Kemal Kılıçdaroğlu, geçmişte Özal’a ‘uşak, ABD uşağı’ diyen Erdoğan’ın, Özal’ın da, Menderes’in de tırnağı olamayacağını belirtti ve yalanlarını sıraladı.

“Sen ne Menderes’in, ne de Özal’ın tırnağı dahi olamazsın. Dün ağzına gelen her şeyi söyleyeceksin. Bugün onların mirasından devşirme yapmaya çalışacaksın”

“15 Ocak 91’de Almanya’da, “Şu anda Türkiye’nin başında olanlar biz baba değiliz diyor. Özal da öyle ifade etti. Sen bu memlekete baba değilsen bu memleket de seni azledilecektir. Baba değiller ama bunlar uşak, uşak. Neyin uşağı? ABD’nin batının uşağı. Tabi uşaktan baba olmaz” diyor.

“Ne demiştim size? Yalancıdan başbakan olmaz. Gezi Parkı olayı bunun maskesini indirdi. Bir yalanlar zinciri uyguladılar. Bereket versin CHP var ve yalanlarını açığa çıkarıyoruz.”

“Birinci yalan. Taksim’de bayrak yaktılar.Ne bayrak yakması? Orada bayrak yakılmadı. Sen başbakan değil misin? Bayrak yakan varsa niye yakalamadın? Copu TOMA’yı bilirsin, bayrak yakar, sırtını sıvazlarsın. Sen yalancısın.”

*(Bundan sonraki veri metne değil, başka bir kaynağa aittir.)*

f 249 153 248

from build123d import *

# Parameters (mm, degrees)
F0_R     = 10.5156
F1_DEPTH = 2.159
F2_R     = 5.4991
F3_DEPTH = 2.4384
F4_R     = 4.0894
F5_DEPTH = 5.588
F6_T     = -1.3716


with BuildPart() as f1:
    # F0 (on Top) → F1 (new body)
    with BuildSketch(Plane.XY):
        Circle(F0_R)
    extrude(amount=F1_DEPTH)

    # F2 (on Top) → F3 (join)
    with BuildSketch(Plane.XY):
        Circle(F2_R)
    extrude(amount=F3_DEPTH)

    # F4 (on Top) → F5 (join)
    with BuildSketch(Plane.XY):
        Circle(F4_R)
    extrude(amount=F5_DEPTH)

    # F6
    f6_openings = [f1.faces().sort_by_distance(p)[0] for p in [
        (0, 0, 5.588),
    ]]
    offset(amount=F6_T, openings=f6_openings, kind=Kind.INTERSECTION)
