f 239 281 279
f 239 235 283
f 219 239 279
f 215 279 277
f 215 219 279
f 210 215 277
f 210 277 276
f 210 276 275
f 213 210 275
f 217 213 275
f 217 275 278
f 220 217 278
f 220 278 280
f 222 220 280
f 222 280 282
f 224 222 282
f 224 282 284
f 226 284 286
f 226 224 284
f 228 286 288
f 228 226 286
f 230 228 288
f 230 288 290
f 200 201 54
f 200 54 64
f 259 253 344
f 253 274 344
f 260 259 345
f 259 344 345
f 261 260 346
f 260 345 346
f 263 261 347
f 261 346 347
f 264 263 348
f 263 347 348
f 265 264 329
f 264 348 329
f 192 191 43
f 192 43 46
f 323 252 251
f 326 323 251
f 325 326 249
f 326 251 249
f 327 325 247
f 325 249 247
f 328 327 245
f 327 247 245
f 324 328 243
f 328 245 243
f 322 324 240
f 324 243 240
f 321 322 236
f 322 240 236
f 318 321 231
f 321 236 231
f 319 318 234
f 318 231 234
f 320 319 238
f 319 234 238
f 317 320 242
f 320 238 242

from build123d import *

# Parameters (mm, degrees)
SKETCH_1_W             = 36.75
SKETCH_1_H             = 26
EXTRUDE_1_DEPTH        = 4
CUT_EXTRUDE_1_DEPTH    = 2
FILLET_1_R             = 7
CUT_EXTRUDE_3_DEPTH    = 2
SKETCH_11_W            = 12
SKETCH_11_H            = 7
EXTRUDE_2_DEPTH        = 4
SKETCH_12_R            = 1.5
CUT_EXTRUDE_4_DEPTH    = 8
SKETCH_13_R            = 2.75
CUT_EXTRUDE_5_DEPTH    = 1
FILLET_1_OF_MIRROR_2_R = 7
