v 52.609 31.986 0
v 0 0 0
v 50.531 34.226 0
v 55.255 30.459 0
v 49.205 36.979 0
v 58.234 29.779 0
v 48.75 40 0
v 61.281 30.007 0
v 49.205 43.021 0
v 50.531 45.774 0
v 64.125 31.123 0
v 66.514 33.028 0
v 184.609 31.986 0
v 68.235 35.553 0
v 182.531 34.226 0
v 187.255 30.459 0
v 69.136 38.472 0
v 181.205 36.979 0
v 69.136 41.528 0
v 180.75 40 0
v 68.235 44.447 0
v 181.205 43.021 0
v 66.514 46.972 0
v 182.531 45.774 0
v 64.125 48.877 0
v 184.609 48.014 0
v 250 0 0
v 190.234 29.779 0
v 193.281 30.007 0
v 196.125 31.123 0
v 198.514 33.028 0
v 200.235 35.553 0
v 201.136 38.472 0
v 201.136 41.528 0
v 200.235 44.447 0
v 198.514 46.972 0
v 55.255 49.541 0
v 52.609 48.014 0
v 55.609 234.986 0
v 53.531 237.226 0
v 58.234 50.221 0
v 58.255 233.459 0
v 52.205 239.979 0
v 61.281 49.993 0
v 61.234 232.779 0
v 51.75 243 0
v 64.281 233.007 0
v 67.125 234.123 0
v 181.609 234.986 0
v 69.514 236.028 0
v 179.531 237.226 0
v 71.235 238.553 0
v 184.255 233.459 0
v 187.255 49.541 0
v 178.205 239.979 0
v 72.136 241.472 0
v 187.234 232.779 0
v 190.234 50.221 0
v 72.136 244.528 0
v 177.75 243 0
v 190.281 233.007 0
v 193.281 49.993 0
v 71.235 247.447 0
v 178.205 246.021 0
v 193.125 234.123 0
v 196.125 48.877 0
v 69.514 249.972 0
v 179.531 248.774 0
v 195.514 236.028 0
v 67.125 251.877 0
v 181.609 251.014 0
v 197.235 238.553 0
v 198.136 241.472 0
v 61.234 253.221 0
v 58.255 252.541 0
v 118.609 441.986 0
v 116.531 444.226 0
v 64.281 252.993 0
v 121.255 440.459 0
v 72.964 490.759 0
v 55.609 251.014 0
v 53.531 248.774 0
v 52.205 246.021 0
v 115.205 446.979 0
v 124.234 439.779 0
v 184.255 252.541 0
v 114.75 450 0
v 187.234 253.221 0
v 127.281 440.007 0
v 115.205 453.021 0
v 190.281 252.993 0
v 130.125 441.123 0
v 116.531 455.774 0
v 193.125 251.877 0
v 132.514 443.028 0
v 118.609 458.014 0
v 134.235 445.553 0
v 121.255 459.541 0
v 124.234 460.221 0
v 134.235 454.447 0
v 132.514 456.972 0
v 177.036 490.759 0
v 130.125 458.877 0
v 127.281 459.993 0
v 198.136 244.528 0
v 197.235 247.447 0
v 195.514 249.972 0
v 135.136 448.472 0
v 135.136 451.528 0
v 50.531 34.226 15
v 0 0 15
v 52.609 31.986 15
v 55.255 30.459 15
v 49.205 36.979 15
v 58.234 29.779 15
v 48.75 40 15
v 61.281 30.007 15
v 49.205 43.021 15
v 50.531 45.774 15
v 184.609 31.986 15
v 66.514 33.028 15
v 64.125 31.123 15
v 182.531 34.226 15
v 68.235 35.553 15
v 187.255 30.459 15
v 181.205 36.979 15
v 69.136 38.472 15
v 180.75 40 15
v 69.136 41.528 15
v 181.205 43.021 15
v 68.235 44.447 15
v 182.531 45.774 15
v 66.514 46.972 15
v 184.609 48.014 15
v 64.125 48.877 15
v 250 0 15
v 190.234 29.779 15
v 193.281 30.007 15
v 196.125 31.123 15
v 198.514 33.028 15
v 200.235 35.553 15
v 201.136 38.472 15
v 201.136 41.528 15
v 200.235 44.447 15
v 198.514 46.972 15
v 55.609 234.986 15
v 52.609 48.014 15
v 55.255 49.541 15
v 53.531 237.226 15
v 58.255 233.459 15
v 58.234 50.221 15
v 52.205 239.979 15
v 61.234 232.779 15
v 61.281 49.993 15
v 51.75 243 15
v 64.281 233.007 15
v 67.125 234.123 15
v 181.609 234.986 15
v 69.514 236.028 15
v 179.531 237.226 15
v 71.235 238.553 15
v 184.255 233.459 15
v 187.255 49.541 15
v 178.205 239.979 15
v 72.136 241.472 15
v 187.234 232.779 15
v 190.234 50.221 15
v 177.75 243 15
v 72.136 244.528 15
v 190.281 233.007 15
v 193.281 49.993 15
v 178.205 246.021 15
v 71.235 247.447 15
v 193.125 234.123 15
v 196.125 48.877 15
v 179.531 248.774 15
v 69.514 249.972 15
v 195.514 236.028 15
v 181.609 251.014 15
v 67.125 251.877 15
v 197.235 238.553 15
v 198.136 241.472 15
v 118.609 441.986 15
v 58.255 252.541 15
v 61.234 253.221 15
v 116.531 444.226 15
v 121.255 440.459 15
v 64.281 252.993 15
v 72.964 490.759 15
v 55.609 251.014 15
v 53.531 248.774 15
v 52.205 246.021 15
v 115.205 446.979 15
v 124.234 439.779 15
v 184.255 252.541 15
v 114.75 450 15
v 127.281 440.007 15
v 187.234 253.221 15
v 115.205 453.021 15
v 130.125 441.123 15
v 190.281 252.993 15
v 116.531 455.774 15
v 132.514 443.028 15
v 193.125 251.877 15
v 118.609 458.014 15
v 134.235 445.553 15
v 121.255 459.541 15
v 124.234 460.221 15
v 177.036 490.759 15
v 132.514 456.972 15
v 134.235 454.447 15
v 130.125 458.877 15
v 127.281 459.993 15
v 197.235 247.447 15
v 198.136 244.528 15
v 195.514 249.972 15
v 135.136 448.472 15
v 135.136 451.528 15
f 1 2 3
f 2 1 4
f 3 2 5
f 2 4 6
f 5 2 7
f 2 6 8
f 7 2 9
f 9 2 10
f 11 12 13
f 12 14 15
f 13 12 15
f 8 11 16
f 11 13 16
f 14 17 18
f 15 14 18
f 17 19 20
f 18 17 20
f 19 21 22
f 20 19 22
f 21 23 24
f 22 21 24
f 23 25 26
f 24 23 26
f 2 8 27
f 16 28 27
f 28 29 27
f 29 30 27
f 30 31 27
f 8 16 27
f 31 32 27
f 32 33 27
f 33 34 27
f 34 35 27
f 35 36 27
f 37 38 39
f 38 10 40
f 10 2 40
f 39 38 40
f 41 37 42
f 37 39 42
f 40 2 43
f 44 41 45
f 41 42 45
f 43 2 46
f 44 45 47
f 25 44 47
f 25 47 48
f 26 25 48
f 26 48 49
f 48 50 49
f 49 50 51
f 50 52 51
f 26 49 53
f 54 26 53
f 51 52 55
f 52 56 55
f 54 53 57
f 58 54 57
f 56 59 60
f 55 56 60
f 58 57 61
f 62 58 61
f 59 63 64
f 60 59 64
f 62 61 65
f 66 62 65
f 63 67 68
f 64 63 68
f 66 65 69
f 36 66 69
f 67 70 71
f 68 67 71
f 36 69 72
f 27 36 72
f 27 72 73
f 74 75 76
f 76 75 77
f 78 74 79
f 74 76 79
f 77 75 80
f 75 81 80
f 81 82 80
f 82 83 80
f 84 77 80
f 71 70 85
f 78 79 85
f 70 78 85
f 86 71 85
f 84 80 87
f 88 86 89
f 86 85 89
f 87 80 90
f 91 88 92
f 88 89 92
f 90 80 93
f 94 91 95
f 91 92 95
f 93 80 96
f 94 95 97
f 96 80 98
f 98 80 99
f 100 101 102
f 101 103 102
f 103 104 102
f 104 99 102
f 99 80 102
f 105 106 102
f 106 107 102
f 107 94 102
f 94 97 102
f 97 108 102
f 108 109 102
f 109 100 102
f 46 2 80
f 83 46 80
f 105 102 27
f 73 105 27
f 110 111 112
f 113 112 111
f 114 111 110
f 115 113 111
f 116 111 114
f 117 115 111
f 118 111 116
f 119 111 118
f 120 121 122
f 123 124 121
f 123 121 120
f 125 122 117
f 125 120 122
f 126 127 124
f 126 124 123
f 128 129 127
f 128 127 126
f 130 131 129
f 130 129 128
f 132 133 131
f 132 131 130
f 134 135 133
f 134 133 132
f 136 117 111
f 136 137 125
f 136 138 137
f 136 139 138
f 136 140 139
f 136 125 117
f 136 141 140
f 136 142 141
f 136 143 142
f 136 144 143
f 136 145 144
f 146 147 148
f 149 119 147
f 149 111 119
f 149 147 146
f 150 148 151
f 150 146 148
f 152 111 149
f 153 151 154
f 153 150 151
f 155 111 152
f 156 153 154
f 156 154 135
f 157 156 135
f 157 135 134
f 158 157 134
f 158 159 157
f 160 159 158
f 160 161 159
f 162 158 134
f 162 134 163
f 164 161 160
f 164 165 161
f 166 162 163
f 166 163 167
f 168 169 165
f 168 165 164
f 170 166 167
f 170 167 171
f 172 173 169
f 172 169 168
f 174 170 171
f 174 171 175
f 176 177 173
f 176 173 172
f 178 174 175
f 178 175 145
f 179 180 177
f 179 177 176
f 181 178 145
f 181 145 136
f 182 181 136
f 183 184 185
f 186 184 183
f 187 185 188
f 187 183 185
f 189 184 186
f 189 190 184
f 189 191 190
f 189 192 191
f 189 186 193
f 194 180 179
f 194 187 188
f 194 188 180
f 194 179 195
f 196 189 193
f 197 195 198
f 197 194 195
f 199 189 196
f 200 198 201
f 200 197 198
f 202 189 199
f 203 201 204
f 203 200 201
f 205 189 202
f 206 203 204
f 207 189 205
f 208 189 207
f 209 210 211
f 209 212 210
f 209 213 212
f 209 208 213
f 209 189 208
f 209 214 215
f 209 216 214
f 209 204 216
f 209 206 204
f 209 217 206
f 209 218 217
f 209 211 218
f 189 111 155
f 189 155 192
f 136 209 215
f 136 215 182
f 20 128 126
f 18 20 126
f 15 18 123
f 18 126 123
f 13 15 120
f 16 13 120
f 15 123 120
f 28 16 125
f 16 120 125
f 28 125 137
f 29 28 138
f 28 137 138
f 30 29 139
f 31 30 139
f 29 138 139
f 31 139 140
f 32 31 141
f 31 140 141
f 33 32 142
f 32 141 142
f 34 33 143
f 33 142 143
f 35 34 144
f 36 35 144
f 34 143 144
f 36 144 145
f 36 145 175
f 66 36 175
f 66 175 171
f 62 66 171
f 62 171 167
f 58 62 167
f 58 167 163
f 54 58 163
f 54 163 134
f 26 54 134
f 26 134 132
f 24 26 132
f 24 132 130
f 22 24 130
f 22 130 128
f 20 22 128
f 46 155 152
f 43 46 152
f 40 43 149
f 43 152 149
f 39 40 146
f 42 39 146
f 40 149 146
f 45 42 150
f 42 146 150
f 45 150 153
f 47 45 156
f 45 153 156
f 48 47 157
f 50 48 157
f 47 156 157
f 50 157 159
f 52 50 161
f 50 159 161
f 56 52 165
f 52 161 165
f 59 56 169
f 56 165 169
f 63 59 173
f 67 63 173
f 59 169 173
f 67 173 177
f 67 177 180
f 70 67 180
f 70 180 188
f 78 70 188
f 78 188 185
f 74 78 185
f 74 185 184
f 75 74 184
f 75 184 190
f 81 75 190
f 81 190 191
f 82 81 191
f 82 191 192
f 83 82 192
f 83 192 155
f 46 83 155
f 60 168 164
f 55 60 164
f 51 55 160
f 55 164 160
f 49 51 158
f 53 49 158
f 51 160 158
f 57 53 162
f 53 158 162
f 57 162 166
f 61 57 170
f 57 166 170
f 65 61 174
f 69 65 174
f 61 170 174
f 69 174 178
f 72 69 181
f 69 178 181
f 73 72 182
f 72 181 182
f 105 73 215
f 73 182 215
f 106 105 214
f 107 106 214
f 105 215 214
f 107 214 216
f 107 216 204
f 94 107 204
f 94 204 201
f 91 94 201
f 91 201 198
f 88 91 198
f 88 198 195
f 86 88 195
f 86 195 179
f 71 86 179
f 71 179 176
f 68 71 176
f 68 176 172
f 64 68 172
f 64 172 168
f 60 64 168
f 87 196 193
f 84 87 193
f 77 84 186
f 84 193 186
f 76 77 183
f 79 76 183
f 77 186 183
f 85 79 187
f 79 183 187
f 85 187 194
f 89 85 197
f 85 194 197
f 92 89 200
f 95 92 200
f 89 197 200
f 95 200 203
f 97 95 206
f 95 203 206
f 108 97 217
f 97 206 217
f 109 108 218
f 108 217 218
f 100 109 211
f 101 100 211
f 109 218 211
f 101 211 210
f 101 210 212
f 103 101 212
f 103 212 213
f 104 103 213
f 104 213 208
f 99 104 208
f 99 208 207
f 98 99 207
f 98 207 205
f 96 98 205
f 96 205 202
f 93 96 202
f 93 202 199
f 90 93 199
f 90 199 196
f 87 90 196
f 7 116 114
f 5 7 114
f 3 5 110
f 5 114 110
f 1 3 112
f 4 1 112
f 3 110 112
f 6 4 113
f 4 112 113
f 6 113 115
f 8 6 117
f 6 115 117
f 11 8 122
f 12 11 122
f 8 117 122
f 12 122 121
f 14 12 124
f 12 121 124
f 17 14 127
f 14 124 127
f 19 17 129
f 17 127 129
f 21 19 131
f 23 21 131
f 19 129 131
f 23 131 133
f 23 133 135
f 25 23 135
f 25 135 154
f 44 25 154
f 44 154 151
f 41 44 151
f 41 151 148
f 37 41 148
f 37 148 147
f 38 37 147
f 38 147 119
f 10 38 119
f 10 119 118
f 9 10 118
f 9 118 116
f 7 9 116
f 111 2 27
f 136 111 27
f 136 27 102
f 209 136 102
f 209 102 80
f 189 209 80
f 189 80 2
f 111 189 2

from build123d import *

# Parameters (mm, degrees)
F1_DEPTH = 15
F3_D     = 20.5


with BuildPart() as f1:
    # F0 (on Top) → F1 (new body)
    with BuildSketch(Plane.XY):
        Polygon((72.9636595731, 490.75858604), (0, 0), (125, 0), (125, 490.75858604), align=None)
        Polygon((125, 490.75858604), (125, 0), (250, 0), (177.0363404269, 490.75858604), align=None)
    extrude(amount=F1_DEPTH)

    # F3 (through all)
    with Locations(Plane(origin=(0, 0, 0), x_dir=(1, 0, 0), z_dir=(0, 0, -1))):
        with Locations((125, -450), (62, -243), (188, -243), (191, -40), (59, -40)):
            Hole(F3_D / 2)


solid = f1.part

İkinci yalan; Camide içki içtiler. Bereket versin, temiz süt emmiş İmam söyledi; Yok diyor kardeşim, ne içkisi, Yaralılar yerlerde yatıyor. Herifin söylediğine bakın, orada içki içtiler diyor. Hiç utanmıyor musun? Gerçekten vicdanım isyan ediyor.
“Ve, bir yalan daha söyledi. Polis silah kullanmamış. Bir kişi öldü, kurşun var. Üstelik internette televizyonlarda öldüren polisin kimliği var. Demiştim, atma recep din kardeşiyiz diye, bu kadar yalanı bir diktatör tarihinde söylememiştir”

“Buradan bütün yurttaşlarıma, AKP’ye oy verenlere de, merkez sağdaki yurttaşlarıma da sesleniyorum. Türkiye’nin huzura ihtiyacı var. Diktatörler her zaman ülkelerini felakete sürüklemişlerdir. Kardeşi kardeşe kırdırmışlardır. Artık Türkiye’nin diktatörden kurtulma zamanı gelmiştir.”